There is still some discussion about how exactly this starts and ends ice ages,
but many studies suggest that the amount of summer sunshine on northern
continents is crucial: if it drops below a critical value, snow from the past
winter does not melt away in summer and an ice sheet starts to grow as more and
more snow accumulates. Climate model simulations confirm that an Ice Age can
indeed be started in this way, while simple conceptual models have been used to
successfully 'hindcast' the onset of past glaciations based on the orbital
changes. The next large reduction in northern summer insolation, similar to
those that started past Ice Ages, is due to begin in 30,000 years.
Although it is not their primary cause, atmospheric carbon
dioxide (CO2) also plays an important role in the ice ages. Antarctic ice core
data show that CO2 concentration is low in the cold glacial times (~190 ppm),
and high in the warm interglacials (~280 ppm); atmospheric CO2 follows
temperature changes in Antarctica with a lag of some hundreds of years. Because
the climate changes at the beginning and end of ice ages take several thousand
years, most of these changes are affected by a positive CO2 feedback; that is,
a small initial cooling due to the Milankovitch cycles is subsequently
amplified as the CO2 concentration falls. Model simulations of ice age climate
(see discussion in Section 6.4.1) yield realistic results only if the role of
CO2 is accounted for.
During the last ice age, over 20 abrupt and dramatic climate
shifts occurred that are particularly prominent in records around the northern
Atlantic (see Section 6.4). These differ from the glacial-interglacial cycles
in that they probably do not involve large changes in global mean temperature:
changes are not synchronous in Greenland and Antarctica, and they are in the
opposite direction in the South and North Atlantic. This means that a major
change in global radiation balance would not have been needed to cause these
shifts; a redistribution of heat within the climate system would have sufficed.

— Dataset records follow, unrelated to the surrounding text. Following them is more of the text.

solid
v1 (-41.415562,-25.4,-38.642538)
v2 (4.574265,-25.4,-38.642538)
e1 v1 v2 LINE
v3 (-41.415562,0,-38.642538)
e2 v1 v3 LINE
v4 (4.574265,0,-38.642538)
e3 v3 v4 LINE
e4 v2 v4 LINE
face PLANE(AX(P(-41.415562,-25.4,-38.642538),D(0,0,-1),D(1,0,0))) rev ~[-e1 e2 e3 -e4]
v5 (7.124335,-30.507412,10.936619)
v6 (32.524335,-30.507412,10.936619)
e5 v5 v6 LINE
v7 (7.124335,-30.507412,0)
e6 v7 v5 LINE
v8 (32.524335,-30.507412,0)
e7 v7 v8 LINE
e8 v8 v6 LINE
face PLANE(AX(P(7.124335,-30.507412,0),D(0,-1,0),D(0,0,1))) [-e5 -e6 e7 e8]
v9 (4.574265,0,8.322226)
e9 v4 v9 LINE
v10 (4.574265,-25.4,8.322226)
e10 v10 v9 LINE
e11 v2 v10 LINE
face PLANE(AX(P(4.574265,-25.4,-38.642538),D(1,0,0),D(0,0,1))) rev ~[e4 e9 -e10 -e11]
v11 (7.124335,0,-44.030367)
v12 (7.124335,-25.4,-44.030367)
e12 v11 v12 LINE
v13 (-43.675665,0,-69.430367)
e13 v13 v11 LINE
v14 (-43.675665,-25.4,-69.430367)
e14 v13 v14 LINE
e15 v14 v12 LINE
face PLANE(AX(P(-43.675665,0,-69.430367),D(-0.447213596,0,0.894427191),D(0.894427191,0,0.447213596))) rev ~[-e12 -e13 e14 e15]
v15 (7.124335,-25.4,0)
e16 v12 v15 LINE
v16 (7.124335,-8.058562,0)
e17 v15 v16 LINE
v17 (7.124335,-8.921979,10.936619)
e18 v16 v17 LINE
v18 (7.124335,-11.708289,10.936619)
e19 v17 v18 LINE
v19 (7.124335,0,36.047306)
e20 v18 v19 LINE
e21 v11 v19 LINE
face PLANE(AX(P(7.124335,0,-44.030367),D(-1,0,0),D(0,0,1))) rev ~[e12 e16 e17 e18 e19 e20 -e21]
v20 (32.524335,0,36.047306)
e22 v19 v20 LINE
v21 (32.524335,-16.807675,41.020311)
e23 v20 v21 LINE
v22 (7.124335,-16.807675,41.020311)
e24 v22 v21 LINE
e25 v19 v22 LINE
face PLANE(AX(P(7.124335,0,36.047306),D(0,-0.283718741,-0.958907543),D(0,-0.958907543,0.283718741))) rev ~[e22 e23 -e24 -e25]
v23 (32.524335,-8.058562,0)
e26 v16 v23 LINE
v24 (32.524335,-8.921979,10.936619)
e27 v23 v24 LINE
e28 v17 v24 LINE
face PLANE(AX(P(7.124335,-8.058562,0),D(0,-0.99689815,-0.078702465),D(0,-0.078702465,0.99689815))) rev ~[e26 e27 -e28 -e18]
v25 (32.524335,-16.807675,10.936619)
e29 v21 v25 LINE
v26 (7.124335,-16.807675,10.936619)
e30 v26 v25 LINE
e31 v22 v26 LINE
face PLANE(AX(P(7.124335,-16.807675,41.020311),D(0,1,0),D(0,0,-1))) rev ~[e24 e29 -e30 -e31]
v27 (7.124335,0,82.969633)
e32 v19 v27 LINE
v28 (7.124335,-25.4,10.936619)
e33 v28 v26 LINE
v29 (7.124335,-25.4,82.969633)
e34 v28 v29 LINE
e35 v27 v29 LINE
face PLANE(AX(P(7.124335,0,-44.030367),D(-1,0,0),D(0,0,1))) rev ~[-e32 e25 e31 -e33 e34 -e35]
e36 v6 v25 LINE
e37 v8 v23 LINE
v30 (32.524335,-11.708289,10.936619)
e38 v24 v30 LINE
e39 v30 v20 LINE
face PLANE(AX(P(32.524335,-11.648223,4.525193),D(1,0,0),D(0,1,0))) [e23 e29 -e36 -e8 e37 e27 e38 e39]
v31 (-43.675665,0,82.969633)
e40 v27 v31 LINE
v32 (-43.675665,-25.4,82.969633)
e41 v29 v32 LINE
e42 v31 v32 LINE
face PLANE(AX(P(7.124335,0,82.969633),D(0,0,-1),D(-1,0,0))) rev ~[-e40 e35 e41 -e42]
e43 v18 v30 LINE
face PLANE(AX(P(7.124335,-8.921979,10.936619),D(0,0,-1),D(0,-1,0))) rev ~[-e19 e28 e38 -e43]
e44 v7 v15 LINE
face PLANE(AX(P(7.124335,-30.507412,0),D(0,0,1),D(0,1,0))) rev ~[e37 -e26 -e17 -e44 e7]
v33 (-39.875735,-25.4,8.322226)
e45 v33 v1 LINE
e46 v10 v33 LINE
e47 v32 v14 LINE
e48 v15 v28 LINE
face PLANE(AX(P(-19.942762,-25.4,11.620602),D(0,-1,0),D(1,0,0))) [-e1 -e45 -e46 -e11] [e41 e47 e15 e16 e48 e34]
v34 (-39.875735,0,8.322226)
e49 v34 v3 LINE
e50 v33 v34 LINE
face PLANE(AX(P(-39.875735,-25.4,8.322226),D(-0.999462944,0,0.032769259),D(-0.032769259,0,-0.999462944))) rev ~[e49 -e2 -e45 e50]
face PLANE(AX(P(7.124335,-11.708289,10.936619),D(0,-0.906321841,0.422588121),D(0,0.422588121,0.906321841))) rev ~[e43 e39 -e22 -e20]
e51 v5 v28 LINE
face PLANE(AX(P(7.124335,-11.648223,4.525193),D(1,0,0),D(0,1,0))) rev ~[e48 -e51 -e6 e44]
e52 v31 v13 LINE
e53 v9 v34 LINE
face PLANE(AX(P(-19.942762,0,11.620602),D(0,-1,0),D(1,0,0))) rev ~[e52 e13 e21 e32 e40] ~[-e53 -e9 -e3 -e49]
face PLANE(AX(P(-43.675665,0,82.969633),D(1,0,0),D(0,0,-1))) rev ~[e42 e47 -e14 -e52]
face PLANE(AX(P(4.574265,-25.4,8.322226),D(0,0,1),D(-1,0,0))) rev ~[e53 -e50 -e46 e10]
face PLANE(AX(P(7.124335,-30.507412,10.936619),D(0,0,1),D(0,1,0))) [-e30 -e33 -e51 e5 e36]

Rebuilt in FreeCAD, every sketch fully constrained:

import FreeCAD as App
import Part
import Sketcher
Q = App.Units.Quantity

doc = App.newDocument("Part")
body = doc.addObject("PartDesign::Body", "Body")

# Sketch on XZ plane
sketch1 = body.newObject("Sketcher::SketchObject", "Sketch")
sketch1.AttachmentSupport = (doc.getObject("XZ_Plane"), [""])
sketch1.MapMode = "FlatFace"
sketch1.addGeometry([
    Part.LineSegment(App.Vector(-44, 83, 0), App.Vector(-44, -69, 0)),
    Part.LineSegment(App.Vector(-44, -69, 0), App.Vector(7, -44, 0)),
    Part.LineSegment(App.Vector(7, -44, 0), App.Vector(7, 83, 0)),
    Part.LineSegment(App.Vector(7, 83, 0), App.Vector(-44, 83, 0)),
], False)
sketch1.addConstraint([
    Sketcher.Constraint("Coincident", 0, 2, 1, 1),
    Sketcher.Constraint("Coincident", 1, 2, 2, 1),
    Sketcher.Constraint("Coincident", 2, 2, 3, 1),
    Sketcher.Constraint("Coincident", 3, 2, 0, 1),
    Sketcher.Constraint("Vertical", 0),
    Sketcher.Constraint("Vertical", 2),
    Sketcher.Constraint("Horizontal", 3),
    Sketcher.Constraint("DistanceX", 3, 2, 3, 1, Q("2 in")),
    Sketcher.Constraint("DistanceY", 0, 2, 0, 1, Q("6 in")),
    Sketcher.Constraint("DistanceY", 2, 1, 2, 2, Q("5 in")),
    Sketcher.Constraint("DistanceX", 0, 2, -1, 1, 43.675665),
    Sketcher.Constraint("DistanceY", 0, 2, -1, 1, 69.430367),
])
pad1 = body.newObject("PartDesign::Pad", "Pad")
pad1.Profile = sketch1
pad1.Length = Q("1 in")

# Sketch on YZ plane
sketch2 = body.newObject("Sketcher::SketchObject", "Sketch001")
sketch2.AttachmentSupport = (doc.getObject("YZ_Plane"), [""])
sketch2.MapMode = "FlatFace"
sketch2.AttachmentOffset = App.Placement(App.Vector(0, 0, 7.124335), App.Rotation())
sketch2.addGeometry([
    Part.LineSegment(App.Vector(-8.1, 0, 0), App.Vector(-8.9, 10.9, 0)),  # 0
    Part.LineSegment(App.Vector(-8.9, 10.9, 0), App.Vector(-11.7, 10.9, 0)),  # 1
    Part.LineSegment(App.Vector(-11.7, 10.9, 0), App.Vector(0, 36, 0)),  # 2
    Part.LineSegment(App.Vector(0, 36, 0), App.Vector(-16.8, 41, 0)),  # 3
    Part.LineSegment(App.Vector(-16.8, 41, 0), App.Vector(-16.8, 10.9, 0)),  # 4
    Part.LineSegment(App.Vector(-16.8, 10.9, 0), App.Vector(-30.5, 10.9, 0)),  # 5
    Part.LineSegment(App.Vector(-30.5, 10.9, 0), App.Vector(-30.5, 0, 0)),  # 6
    Part.LineSegment(App.Vector(-30.5, 0, 0), App.Vector(-8.1, 0, 0)),  # 7
], False)
sketch2.addConstraint([
    Sketcher.Constraint("Coincident", 0, 2, 1, 1),
    Sketcher.Constraint("Coincident", 1, 2, 2, 1),
    Sketcher.Constraint("Coincident", 2, 2, 3, 1),
    Sketcher.Constraint("Coincident", 3, 2, 4, 1),
    Sketcher.Constraint("Coincident", 4, 2, 5, 1),
    Sketcher.Constraint("Coincident", 5, 2, 6, 1),
    Sketcher.Constraint("Coincident", 6, 2, 7, 1),
    Sketcher.Constraint("Coincident", 7, 2, 0, 1),
    Sketcher.Constraint("Horizontal", 1),
    Sketcher.Constraint("Vertical", 4),
    Sketcher.Constraint("Horizontal", 5),
    Sketcher.Constraint("Vertical", 6),
    Sketcher.Constraint("Horizontal", 7),
    Sketcher.Constraint("PointOnObject", 2, 2, -2),
    Sketcher.Constraint("PointOnObject", 6, 2, -1),
    Sketcher.Constraint("Horizontal", 1, 2, 4, 2),
    Sketcher.Constraint("DistanceX", 1, 2, 1, 1, 2.78631),
    Sketcher.Constraint("DistanceX", 7, 1, 7, 2, 22.44885),
    Sketcher.Constraint("DistanceY", 6, 2, 6, 1, 10.936619),
    Sketcher.Constraint("Distance", 0, 10.970648),
    Sketcher.Constraint("Distance", 2, 27.706148),
    Sketcher.Constraint("Distance", 3, 17.527942),
    Sketcher.Constraint("DistanceX", 5, 2, 5, 1, 13.699736),
    Sketcher.Constraint("DistanceY", 4, 2, 4, 1, 30.083693),
])
pad2 = body.newObject("PartDesign::Pad", "Pad001")
pad2.Profile = sketch2
pad2.Length = Q("1 in")

# Sketch on XZ plane
sketch3 = body.newObject("Sketcher::SketchObject", "Sketch002")
sketch3.AttachmentSupport = (doc.getObject("XZ_Plane"), [""])
sketch3.MapMode = "FlatFace"
sketch3.AttachmentOffset = App.Placement(App.Vector(0, 0, 1 * 25.4), App.Rotation())
sketch3.addGeometry([
    Part.LineSegment(App.Vector(5, 8, 0), App.Vector(-40, 8, 0)),
    Part.LineSegment(App.Vector(-40, 8, 0), App.Vector(-41, -39, 0)),
    Part.LineSegment(App.Vector(-41, -39, 0), App.Vector(5, -39, 0)),
    Part.LineSegment(App.Vector(5, -39, 0), App.Vector(5, 8, 0)),
], False)
sketch3.addConstraint([
    Sketcher.Constraint("Coincident", 0, 2, 1, 1),
    Sketcher.Constraint("Coincident", 1, 2, 2, 1),
    Sketcher.Constraint("Coincident", 2, 2, 3, 1),
    Sketcher.Constraint("Coincident", 3, 2, 0, 1),
    Sketcher.Constraint("Horizontal", 0),
    Sketcher.Constraint("Horizontal", 2),
    Sketcher.Constraint("Vertical", 3),
    Sketcher.Constraint("DistanceX", 0, 2, 0, 1, Q("1.75 in")),
    Sketcher.Constraint("Distance", 1, Q("1.85 in")),
    Sketcher.Constraint("DistanceX", 2, 1, 2, 2, 45.989827),
    Sketcher.Constraint("DistanceX", 0, 2, -1, 1, 39.875735),
    Sketcher.Constraint("DistanceY", -1, 1, 0, 2, 8.322226),
])
pocket1 = body.newObject("PartDesign::Pocket", "Pocket")
pocket1.Profile = sketch3
pocket1.Length = Q("2 in")

doc.recompute()
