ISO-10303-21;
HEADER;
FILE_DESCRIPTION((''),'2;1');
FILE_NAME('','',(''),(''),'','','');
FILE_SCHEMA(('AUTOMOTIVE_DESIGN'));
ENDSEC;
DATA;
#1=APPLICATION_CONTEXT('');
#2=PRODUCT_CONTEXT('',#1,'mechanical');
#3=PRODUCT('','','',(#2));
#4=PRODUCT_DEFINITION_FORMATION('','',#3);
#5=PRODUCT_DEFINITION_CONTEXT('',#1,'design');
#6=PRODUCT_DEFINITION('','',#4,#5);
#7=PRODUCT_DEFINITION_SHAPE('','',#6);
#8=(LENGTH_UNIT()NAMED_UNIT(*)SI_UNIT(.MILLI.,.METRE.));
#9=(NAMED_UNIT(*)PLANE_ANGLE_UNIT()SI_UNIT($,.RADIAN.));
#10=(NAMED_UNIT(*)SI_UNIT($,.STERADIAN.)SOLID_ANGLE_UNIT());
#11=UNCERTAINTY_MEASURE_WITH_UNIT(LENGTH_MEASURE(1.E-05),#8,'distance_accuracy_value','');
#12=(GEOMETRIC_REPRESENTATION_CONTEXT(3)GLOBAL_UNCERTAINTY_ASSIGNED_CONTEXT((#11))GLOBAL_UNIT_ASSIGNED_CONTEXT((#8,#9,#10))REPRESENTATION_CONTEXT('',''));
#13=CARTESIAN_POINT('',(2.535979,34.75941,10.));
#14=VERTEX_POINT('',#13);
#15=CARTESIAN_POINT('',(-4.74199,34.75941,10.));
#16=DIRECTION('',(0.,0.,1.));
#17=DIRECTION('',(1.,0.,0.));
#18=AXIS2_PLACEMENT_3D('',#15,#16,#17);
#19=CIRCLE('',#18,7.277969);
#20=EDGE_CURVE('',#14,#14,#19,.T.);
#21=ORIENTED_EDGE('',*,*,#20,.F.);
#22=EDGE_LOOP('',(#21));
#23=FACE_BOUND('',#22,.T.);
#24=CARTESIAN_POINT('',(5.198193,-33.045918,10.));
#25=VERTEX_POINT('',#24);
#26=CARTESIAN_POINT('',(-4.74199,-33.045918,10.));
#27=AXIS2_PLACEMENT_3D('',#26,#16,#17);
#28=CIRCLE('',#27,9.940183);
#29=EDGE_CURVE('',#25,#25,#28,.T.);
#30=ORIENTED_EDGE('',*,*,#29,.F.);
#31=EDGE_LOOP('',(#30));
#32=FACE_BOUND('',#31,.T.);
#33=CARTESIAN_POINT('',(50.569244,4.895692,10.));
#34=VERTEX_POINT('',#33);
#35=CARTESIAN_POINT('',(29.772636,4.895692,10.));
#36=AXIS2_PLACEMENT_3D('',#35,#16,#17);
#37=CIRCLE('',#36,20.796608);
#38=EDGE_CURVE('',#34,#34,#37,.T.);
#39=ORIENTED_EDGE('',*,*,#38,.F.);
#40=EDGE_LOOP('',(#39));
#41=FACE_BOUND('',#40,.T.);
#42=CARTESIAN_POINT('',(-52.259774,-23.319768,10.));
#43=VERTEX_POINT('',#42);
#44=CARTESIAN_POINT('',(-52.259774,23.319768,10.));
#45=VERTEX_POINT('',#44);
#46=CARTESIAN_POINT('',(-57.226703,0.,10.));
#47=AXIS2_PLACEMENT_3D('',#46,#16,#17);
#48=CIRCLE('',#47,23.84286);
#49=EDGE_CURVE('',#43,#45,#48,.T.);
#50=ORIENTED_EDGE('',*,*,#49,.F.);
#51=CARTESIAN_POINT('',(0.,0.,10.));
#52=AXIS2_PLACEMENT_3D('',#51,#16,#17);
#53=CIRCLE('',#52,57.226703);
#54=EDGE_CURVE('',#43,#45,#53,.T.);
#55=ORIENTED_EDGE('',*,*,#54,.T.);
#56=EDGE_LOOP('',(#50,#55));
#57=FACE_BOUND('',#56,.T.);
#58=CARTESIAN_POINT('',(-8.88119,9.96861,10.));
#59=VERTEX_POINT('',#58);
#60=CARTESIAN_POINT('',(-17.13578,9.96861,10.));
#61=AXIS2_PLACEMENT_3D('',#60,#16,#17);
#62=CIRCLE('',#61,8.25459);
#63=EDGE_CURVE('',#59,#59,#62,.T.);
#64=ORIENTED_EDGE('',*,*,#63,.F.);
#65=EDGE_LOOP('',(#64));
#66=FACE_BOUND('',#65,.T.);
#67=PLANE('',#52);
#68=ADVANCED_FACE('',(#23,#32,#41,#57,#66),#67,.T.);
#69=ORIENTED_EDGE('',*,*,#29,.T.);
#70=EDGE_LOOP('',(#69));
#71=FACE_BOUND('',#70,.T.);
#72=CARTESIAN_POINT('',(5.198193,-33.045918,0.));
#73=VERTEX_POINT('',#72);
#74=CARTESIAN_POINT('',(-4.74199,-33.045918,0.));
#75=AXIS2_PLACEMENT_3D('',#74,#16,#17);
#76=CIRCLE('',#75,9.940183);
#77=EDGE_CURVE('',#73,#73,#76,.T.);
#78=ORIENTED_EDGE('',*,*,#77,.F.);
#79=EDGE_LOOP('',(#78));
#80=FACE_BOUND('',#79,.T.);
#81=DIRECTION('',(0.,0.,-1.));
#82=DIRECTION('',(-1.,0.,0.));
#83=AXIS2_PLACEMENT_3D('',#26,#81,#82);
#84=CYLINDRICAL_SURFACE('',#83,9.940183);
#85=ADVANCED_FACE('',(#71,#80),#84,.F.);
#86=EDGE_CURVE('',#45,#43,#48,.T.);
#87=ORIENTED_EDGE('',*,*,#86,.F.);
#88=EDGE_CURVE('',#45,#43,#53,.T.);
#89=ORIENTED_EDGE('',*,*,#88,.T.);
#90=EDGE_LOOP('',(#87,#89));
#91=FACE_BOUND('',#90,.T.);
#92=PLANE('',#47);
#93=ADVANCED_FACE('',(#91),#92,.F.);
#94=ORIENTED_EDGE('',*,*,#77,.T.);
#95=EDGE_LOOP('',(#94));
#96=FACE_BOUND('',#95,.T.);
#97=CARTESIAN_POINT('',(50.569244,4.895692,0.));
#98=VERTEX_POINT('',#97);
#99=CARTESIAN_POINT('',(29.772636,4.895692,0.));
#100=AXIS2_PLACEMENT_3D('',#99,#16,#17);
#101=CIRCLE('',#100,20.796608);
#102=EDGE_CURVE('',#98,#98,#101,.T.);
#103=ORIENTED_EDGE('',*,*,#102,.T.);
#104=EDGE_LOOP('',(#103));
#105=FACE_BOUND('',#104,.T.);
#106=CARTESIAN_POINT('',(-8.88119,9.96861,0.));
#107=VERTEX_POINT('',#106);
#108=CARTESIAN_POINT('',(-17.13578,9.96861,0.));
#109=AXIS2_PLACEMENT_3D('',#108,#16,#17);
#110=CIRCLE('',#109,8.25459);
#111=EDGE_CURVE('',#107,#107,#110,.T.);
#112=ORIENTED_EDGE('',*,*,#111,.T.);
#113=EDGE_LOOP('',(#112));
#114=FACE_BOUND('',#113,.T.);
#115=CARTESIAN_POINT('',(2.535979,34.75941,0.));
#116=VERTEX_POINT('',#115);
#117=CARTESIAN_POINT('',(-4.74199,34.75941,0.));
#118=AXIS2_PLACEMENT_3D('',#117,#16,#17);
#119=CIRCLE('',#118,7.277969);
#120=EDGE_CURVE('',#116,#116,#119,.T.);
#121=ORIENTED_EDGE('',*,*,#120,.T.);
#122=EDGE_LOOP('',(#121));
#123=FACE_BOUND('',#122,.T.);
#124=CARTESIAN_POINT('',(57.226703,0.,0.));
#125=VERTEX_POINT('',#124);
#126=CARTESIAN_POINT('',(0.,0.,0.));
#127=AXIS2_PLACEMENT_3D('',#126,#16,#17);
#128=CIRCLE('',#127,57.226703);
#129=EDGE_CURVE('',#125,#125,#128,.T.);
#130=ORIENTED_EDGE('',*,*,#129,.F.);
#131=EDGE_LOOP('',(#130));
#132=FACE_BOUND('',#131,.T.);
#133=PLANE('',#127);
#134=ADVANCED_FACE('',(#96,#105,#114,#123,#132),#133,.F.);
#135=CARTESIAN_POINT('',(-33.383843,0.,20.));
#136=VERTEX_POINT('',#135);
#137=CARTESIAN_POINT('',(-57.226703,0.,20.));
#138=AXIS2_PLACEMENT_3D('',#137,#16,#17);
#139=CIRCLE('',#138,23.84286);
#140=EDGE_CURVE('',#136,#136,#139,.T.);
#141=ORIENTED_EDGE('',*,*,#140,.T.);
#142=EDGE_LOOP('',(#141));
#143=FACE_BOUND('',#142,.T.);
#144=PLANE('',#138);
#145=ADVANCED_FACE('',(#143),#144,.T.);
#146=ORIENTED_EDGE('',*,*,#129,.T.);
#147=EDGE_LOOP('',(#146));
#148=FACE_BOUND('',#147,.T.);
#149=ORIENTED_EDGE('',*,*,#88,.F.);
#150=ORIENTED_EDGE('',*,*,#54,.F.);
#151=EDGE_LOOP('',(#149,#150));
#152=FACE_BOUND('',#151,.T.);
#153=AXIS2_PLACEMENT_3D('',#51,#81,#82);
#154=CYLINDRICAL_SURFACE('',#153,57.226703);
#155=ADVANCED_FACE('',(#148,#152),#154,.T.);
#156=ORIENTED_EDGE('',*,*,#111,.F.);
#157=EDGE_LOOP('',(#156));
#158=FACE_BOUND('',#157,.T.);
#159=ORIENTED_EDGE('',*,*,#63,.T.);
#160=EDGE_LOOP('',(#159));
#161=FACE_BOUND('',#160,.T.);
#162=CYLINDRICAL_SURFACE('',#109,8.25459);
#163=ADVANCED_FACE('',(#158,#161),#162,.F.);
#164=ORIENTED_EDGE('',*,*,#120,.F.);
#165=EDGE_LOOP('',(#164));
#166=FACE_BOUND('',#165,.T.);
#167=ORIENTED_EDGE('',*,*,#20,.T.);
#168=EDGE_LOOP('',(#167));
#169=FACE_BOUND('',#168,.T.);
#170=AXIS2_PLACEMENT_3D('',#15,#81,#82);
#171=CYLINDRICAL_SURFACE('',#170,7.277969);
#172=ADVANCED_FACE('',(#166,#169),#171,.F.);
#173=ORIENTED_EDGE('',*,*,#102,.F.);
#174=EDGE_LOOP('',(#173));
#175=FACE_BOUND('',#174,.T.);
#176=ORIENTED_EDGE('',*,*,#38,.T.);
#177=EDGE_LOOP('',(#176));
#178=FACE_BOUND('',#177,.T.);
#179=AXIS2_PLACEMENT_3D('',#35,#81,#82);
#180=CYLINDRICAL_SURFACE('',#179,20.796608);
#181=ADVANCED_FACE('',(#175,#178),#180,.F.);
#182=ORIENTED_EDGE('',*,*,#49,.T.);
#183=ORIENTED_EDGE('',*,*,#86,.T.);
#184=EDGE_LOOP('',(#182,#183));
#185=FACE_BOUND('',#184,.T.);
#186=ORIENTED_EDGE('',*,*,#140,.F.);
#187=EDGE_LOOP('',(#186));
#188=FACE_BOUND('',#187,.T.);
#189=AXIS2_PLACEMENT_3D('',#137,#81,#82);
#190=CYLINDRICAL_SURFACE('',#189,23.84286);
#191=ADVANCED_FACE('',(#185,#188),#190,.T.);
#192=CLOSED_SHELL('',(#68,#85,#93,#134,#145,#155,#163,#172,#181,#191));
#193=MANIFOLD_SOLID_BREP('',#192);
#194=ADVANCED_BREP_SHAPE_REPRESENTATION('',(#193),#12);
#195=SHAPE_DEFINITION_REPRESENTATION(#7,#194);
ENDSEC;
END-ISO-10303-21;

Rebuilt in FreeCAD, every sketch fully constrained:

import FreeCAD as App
import Part
import Sketcher
from FreeCAD import Vector

doc = App.newDocument("Part")
body = doc.addObject("PartDesign::Body", "Body")

# Sketch on XY plane
sketch1 = body.newObject("Sketcher::SketchObject", "Sketch")
sketch1.AttachmentSupport = (doc.getObject("XY_Plane"), [""])
sketch1.MapMode = "FlatFace"
sketch1.addGeometry([
    Part.Circle(Vector(0, 0, 0), Vector(0, 0, 1), 57),
    Part.Circle(Vector(-5, -33, 0), Vector(0, 0, 1), 10),
    Part.Circle(Vector(-5, 35, 0), Vector(0, 0, 1), 7),
    Part.Circle(Vector(30, 5, 0), Vector(0, 0, 1), 21),
], False)
sketch1.addConstraint([
    Sketcher.Constraint("Coincident", 0, 3, -1, 1),
    Sketcher.Constraint("Vertical", 1, 3, 2, 3),
    Sketcher.Constraint("Diameter", 0, 114.453406),
    Sketcher.Constraint("Diameter", 1, 19.880366),
    Sketcher.Constraint("Diameter", 2, 14.555938),
    Sketcher.Constraint("Diameter", 3, 41.593215),
    Sketcher.Constraint("DistanceX", 1, 3, -1, 1, 4.74199),
    Sketcher.Constraint("DistanceY", 1, 3, -1, 1, 33.045918),
    Sketcher.Constraint("DistanceY", -1, 1, 2, 3, 34.75941),
    Sketcher.Constraint("DistanceY", -1, 1, 3, 3, 4.895692),
    Sketcher.Constraint("DistanceX", -1, 1, 3, 3, 29.772636),
])
pad1 = body.newObject("PartDesign::Pad", "Pad")
pad1.Profile = sketch1
pad1.Length = 10

# Sketch on XY plane
sketch2 = body.newObject("Sketcher::SketchObject", "Sketch001")
sketch2.AttachmentSupport = (doc.getObject("XY_Plane"), [""])
sketch2.MapMode = "FlatFace"
sketch2.AttachmentOffset = App.Placement(Vector(0, 0, 10), App.Rotation())
sketch2.addGeometry(Part.Circle(Vector(-57, 0, 0), Vector(0, 0, 1), 24), False)
sketch2.addConstraint([
    Sketcher.Constraint("PointOnObject", 0, 3, -1),
    Sketcher.Constraint("Diameter", 0, 47.685719),
    Sketcher.Constraint("DistanceX", 0, 3, -1, 1, 57.226703),
])
pad2 = body.newObject("PartDesign::Pad", "Pad001")
pad2.Profile = sketch2
pad2.Length = 10

# Sketch on XY plane
sketch3 = body.newObject("Sketcher::SketchObject", "Sketch002")
sketch3.AttachmentSupport = (doc.getObject("XY_Plane"), [""])
sketch3.MapMode = "FlatFace"
sketch3.AttachmentOffset = App.Placement(Vector(0, 0, 10), App.Rotation())
sketch3.addGeometry(Part.Circle(Vector(-17, 10, 0), Vector(0, 0, 1), 8), False)
sketch3.addConstraint([
    Sketcher.Constraint("Diameter", 0, 16.50918),
    Sketcher.Constraint("DistanceX", 0, 3, -1, 1, 17.13578),
    Sketcher.Constraint("DistanceY", -1, 1, 0, 3, 9.96861),
])
pocket1 = body.newObject("PartDesign::Pocket", "Pocket")
pocket1.Profile = sketch3
pocket1.Length = 10

doc.recompute()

There is indeed strong evidence that changes in ocean circulation and heat
transport can explain many features of these abrupt events; sediment data and
model simulations show that some of these changes could have been triggered by
instabilities in the ice sheets surrounding the Atlantic at the time, and the
associated freshwater release into the ocean.
Much warmer times have also occurred in climate history -
during most of the past 500 million years, Earth was probably completely free
of ice sheets (geologists can tell from the marks ice leaves on rock), unlike
today, when Greenland and Antarctica are ice-covered. Data on greenhouse gas
abundances going back beyond a million years, that is, beyond the reach of
antarctic ice cores, are still rather uncertain, but analysis of geological samples
suggests that the warm ice-free periods coincide with high atmospheric CO2
levels. On million-year time scales, CO2 levels change due to tectonic
activity, which affects the rates of CO2 exchange of ocean and atmosphere with
the solid Earth. See Section 6.3 for more about these ancient climates.
Another likely cause of past climatic changes is variations
in the energy output of the Sun. Measurements over recent decades show that the
solar output varies slightly (by close to 0.1%) in an 11-year cycle. Sunspot
observations (going back to the 17th century), as well as data from isotopes
generated by cosmic radiation, provide evidence for longer-term changes in
solar activity. Data correlation and model simulations indicate that solar
variability and volcanic activity are likely to be leading reasons for climate
variations during the past millennium, before the start of the industrial era.
These examples illustrate that different climate changes in
the past had different causes. The fact that natural factors caused climate
changes in the past does not mean that the current climate change is natural.
By analogy, the fact that forest fires have long been caused naturally by
lightning strikes does not mean that fires cannot also be caused by a careless camper.
FAQ 2.1 addresses the question of how human influences compare with natural
ones in their contributions to recent climate change.